▶ **Exercise instructions**:
Look below for the line containing "f 61 60 169" and the line containing "f 126 158 157"; repeat exactly those two lines and all lines between them, and nothing else.
⁂
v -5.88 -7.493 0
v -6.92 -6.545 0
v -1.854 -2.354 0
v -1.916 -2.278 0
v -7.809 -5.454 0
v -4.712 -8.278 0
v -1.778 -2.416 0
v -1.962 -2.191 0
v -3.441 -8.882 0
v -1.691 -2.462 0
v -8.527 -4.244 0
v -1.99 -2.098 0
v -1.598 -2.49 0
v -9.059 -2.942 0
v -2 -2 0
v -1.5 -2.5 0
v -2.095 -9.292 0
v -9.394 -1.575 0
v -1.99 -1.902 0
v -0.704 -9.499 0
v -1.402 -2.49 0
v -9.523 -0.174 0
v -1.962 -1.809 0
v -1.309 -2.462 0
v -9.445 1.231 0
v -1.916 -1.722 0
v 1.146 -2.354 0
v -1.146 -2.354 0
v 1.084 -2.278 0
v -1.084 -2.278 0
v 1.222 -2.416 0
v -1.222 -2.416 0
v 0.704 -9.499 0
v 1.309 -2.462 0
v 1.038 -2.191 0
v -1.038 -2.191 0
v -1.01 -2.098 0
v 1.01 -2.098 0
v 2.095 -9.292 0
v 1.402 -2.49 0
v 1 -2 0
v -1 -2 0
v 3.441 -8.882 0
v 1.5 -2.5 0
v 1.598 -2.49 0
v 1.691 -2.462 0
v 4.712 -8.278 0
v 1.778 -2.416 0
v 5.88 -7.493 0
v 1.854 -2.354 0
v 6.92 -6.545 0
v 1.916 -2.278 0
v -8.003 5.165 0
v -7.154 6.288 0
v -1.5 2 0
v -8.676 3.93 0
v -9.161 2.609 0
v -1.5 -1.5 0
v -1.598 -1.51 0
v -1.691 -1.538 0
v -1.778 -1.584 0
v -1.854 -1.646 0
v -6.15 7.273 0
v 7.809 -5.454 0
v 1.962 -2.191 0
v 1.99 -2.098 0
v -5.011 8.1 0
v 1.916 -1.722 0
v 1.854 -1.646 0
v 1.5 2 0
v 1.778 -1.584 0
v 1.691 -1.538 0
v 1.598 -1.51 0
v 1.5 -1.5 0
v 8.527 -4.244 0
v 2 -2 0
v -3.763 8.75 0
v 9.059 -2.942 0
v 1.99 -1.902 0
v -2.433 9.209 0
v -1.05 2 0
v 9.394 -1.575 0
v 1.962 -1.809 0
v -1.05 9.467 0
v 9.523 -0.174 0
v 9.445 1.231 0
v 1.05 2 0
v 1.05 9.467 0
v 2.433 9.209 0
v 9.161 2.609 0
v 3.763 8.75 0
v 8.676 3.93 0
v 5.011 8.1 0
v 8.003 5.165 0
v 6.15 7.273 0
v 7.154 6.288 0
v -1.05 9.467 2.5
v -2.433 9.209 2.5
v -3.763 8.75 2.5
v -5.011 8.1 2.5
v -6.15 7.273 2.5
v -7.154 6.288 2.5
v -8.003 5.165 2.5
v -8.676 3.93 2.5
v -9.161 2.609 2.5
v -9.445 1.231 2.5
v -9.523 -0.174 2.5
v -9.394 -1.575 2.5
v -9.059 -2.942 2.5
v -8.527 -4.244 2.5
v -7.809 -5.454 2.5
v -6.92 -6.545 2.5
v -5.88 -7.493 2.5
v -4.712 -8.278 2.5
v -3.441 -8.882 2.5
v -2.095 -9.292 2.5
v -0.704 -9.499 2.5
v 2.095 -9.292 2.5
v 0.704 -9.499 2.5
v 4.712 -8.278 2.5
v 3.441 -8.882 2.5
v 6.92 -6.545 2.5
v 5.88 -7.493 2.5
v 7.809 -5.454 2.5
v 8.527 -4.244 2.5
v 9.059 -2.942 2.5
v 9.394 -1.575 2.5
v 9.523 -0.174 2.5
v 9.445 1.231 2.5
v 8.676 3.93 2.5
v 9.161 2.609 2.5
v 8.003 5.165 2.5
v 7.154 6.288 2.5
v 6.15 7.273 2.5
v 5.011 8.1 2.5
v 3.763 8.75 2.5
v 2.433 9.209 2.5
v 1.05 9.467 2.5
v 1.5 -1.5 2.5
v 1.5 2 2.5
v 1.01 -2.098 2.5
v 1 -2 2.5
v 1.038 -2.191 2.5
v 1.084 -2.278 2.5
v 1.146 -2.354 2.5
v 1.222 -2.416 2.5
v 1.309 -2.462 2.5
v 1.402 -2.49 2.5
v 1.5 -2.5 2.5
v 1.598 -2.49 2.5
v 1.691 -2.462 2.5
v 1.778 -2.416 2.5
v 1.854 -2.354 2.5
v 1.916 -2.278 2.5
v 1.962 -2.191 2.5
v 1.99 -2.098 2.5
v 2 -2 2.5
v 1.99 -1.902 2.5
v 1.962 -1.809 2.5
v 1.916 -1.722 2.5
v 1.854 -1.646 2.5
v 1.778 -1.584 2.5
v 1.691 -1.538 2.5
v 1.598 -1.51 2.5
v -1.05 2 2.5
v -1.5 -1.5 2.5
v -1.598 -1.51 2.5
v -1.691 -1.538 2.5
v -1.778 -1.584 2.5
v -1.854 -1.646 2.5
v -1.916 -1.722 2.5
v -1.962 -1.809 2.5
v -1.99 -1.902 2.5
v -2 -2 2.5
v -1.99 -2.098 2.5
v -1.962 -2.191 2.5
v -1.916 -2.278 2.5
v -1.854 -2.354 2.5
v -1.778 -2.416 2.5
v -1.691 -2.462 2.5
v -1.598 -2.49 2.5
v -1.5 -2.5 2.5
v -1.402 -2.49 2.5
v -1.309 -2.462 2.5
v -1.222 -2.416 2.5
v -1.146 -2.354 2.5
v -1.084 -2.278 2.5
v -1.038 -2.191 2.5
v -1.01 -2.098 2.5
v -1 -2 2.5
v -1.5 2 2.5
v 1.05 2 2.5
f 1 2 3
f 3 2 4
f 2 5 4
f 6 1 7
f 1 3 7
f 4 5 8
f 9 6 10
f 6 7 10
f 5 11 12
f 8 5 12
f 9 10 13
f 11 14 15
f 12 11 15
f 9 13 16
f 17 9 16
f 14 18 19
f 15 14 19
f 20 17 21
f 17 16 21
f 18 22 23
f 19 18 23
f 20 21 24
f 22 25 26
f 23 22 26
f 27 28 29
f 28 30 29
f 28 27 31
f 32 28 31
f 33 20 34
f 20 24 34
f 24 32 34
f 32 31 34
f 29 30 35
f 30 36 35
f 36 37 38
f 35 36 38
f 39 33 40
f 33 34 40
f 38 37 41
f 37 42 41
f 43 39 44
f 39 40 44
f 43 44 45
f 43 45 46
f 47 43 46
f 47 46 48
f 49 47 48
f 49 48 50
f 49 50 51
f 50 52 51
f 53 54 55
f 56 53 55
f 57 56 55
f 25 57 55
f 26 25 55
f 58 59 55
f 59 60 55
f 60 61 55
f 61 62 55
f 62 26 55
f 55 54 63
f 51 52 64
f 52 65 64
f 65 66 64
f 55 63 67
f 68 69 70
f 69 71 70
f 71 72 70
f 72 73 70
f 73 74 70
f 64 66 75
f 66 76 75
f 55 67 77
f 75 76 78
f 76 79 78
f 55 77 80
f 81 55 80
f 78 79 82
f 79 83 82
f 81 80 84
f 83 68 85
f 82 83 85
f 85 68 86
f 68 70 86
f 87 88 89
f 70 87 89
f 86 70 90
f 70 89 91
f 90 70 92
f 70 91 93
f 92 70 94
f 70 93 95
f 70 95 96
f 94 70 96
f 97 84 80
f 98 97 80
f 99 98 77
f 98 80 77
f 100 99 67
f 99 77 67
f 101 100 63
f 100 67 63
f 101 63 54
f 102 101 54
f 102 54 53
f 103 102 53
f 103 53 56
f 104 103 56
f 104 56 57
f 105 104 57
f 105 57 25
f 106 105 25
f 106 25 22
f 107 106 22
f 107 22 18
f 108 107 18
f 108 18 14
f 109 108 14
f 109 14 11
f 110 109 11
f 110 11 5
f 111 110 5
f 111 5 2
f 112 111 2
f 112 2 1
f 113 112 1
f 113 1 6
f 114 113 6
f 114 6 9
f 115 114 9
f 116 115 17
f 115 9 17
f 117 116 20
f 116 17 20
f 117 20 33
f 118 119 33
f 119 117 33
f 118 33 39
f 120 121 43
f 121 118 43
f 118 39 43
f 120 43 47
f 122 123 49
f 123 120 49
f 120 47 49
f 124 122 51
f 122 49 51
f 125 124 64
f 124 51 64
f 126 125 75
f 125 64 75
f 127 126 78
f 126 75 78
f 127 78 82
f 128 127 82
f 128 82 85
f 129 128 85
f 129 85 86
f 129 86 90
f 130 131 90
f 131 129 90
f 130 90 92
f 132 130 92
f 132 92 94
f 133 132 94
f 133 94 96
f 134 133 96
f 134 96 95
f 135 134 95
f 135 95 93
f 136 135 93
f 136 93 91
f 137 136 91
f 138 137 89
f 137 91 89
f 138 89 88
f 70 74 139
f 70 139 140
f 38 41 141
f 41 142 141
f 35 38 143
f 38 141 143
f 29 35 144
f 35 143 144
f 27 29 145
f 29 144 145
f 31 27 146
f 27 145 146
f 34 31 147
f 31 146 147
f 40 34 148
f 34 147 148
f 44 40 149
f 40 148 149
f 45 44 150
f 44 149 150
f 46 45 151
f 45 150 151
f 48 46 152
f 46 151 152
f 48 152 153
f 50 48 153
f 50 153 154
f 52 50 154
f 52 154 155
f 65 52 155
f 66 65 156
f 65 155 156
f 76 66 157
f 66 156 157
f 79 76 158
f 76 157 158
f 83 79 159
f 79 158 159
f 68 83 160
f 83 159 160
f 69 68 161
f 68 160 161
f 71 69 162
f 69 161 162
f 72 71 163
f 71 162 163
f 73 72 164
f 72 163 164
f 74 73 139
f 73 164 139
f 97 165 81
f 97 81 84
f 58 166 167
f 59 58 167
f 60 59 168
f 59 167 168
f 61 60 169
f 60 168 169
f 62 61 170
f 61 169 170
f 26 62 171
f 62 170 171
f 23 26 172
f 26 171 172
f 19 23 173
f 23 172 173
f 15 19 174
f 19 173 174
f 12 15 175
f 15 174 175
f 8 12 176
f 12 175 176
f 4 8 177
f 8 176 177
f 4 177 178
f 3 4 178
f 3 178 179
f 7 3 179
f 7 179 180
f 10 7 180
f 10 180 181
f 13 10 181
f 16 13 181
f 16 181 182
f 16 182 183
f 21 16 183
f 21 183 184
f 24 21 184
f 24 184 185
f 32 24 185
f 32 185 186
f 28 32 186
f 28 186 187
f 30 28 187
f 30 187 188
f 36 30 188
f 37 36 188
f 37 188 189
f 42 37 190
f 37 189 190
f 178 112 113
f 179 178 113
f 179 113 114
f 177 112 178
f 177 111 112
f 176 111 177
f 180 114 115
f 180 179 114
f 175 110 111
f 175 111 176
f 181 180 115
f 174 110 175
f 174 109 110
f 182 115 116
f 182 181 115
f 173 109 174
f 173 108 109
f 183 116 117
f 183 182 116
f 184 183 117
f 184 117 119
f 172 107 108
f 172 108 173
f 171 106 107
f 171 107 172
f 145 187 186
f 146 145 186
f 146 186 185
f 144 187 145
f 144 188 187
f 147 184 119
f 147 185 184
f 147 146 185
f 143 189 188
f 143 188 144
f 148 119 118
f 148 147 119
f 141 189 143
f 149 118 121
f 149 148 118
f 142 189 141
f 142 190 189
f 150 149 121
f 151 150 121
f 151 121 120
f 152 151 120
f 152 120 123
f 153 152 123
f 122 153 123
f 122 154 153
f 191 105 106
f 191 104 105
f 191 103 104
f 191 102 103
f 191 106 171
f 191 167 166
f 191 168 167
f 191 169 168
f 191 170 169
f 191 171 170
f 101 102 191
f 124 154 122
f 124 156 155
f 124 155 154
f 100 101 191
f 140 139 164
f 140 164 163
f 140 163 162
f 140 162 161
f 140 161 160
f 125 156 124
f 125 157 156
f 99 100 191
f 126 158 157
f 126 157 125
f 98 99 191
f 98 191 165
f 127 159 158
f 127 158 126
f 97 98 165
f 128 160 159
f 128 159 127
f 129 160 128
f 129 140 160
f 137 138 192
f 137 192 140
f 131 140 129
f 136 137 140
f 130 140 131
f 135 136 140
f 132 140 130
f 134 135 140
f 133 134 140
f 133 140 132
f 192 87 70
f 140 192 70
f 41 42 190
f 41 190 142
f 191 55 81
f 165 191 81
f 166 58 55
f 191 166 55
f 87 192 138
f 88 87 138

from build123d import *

# Parameters (mm, degrees)
SKETCH1_R           = 9.525
SKETCH1_W           = 3
SKETCH1_H           = 4
BOSS_EXTRUDE1_DEPTH = 2.5
SKETCH2_R           = 0.5
SKETCH2_W           = 2.1
SKETCH2_H           = 7.525
CUT_EXTRUDE1_DEPTH  = 14.700410578


with BuildPart() as part:
    # Sketch1 → Boss-Extrude1 (new body)
    with BuildSketch(Plane.XY):
        Circle(SKETCH1_R)
        Rectangle(SKETCH1_W, SKETCH1_H, mode=Mode.SUBTRACT)
    extrude(amount=BOSS_EXTRUDE1_DEPTH)

    # Sketch2 → Cut-Extrude1 (cut, through all)
    with BuildSketch(Plane.XY.offset(2.5)):
        with Locations((-1.5, -2)):
            Circle(SKETCH2_R)
        with Locations((1.5, -2)):
            Circle(SKETCH2_R)
        with Locations((0, 5.7625)):
            Rectangle(SKETCH2_W, SKETCH2_H)
    extrude(amount=-CUT_EXTRUDE1_DEPTH, mode=Mode.SUBTRACT)


solid = part.part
⁂
▶ **Result below**:
f 61 60 169
f 60 168 169
f 62 61 170
f 61 169 170
f 26 62 171
f 62 170 171
f 23 26 172
f 26 171 172
f 19 23 173
f 23 172 173
f 15 19 174
f 19 173 174
f 12 15 175
f 15 174 175
f 8 12 176
f 12 175 176
f 4 8 177
f 8 176 177
f 4 177 178
f 3 4 178
f 3 178 179
f 7 3 179
f 7 179 180
f 10 7 180
f 10 180 181
f 13 10 181
f 16 13 181
f 16 181 182
f 16 182 183
f 21 16 183
f 21 183 184
f 24 21 184
f 24 184 185
f 32 24 185
f 32 185 186
f 28 32 186
f 28 186 187
f 30 28 187
f 30 187 188
f 36 30 188
f 37 36 188
f 37 188 189
f 42 37 190
f 37 189 190
f 178 112 113
f 179 178 113
f 179 113 114
f 177 112 178
f 177 111 112
f 176 111 177
f 180 114 115
f 180 179 114
f 175 110 111
f 175 111 176
f 181 180 115
f 174 110 175
f 174 109 110
f 182 115 116
f 182 181 115
f 173 109 174
f 173 108 109
f 183 116 117
f 183 182 116
f 184 183 117
f 184 117 119
f 172 107 108
f 172 108 173
f 171 106 107
f 171 107 172
f 145 187 186
f 146 145 186
f 146 186 185
f 144 187 145
f 144 188 187
f 147 184 119
f 147 185 184
f 147 146 185
f 143 189 188
f 143 188 144
f 148 119 118
f 148 147 119
f 141 189 143
f 149 118 121
f 149 148 118
f 142 189 141
f 142 190 189
f 150 149 121
f 151 150 121
f 151 121 120
f 152 151 120
f 152 120 123
f 153 152 123
f 122 153 123
f 122 154 153
f 191 105 106
f 191 104 105
f 191 103 104
f 191 102 103
f 191 106 171
f 191 167 166
f 191 168 167
f 191 169 168
f 191 170 169
f 191 171 170
f 101 102 191
f 124 154 122
f 124 156 155
f 124 155 154
f 100 101 191
f 140 139 164
f 140 164 163
f 140 163 162
f 140 162 161
f 140 161 160
f 125 156 124
f 125 157 156
f 99 100 191
f 126 158 157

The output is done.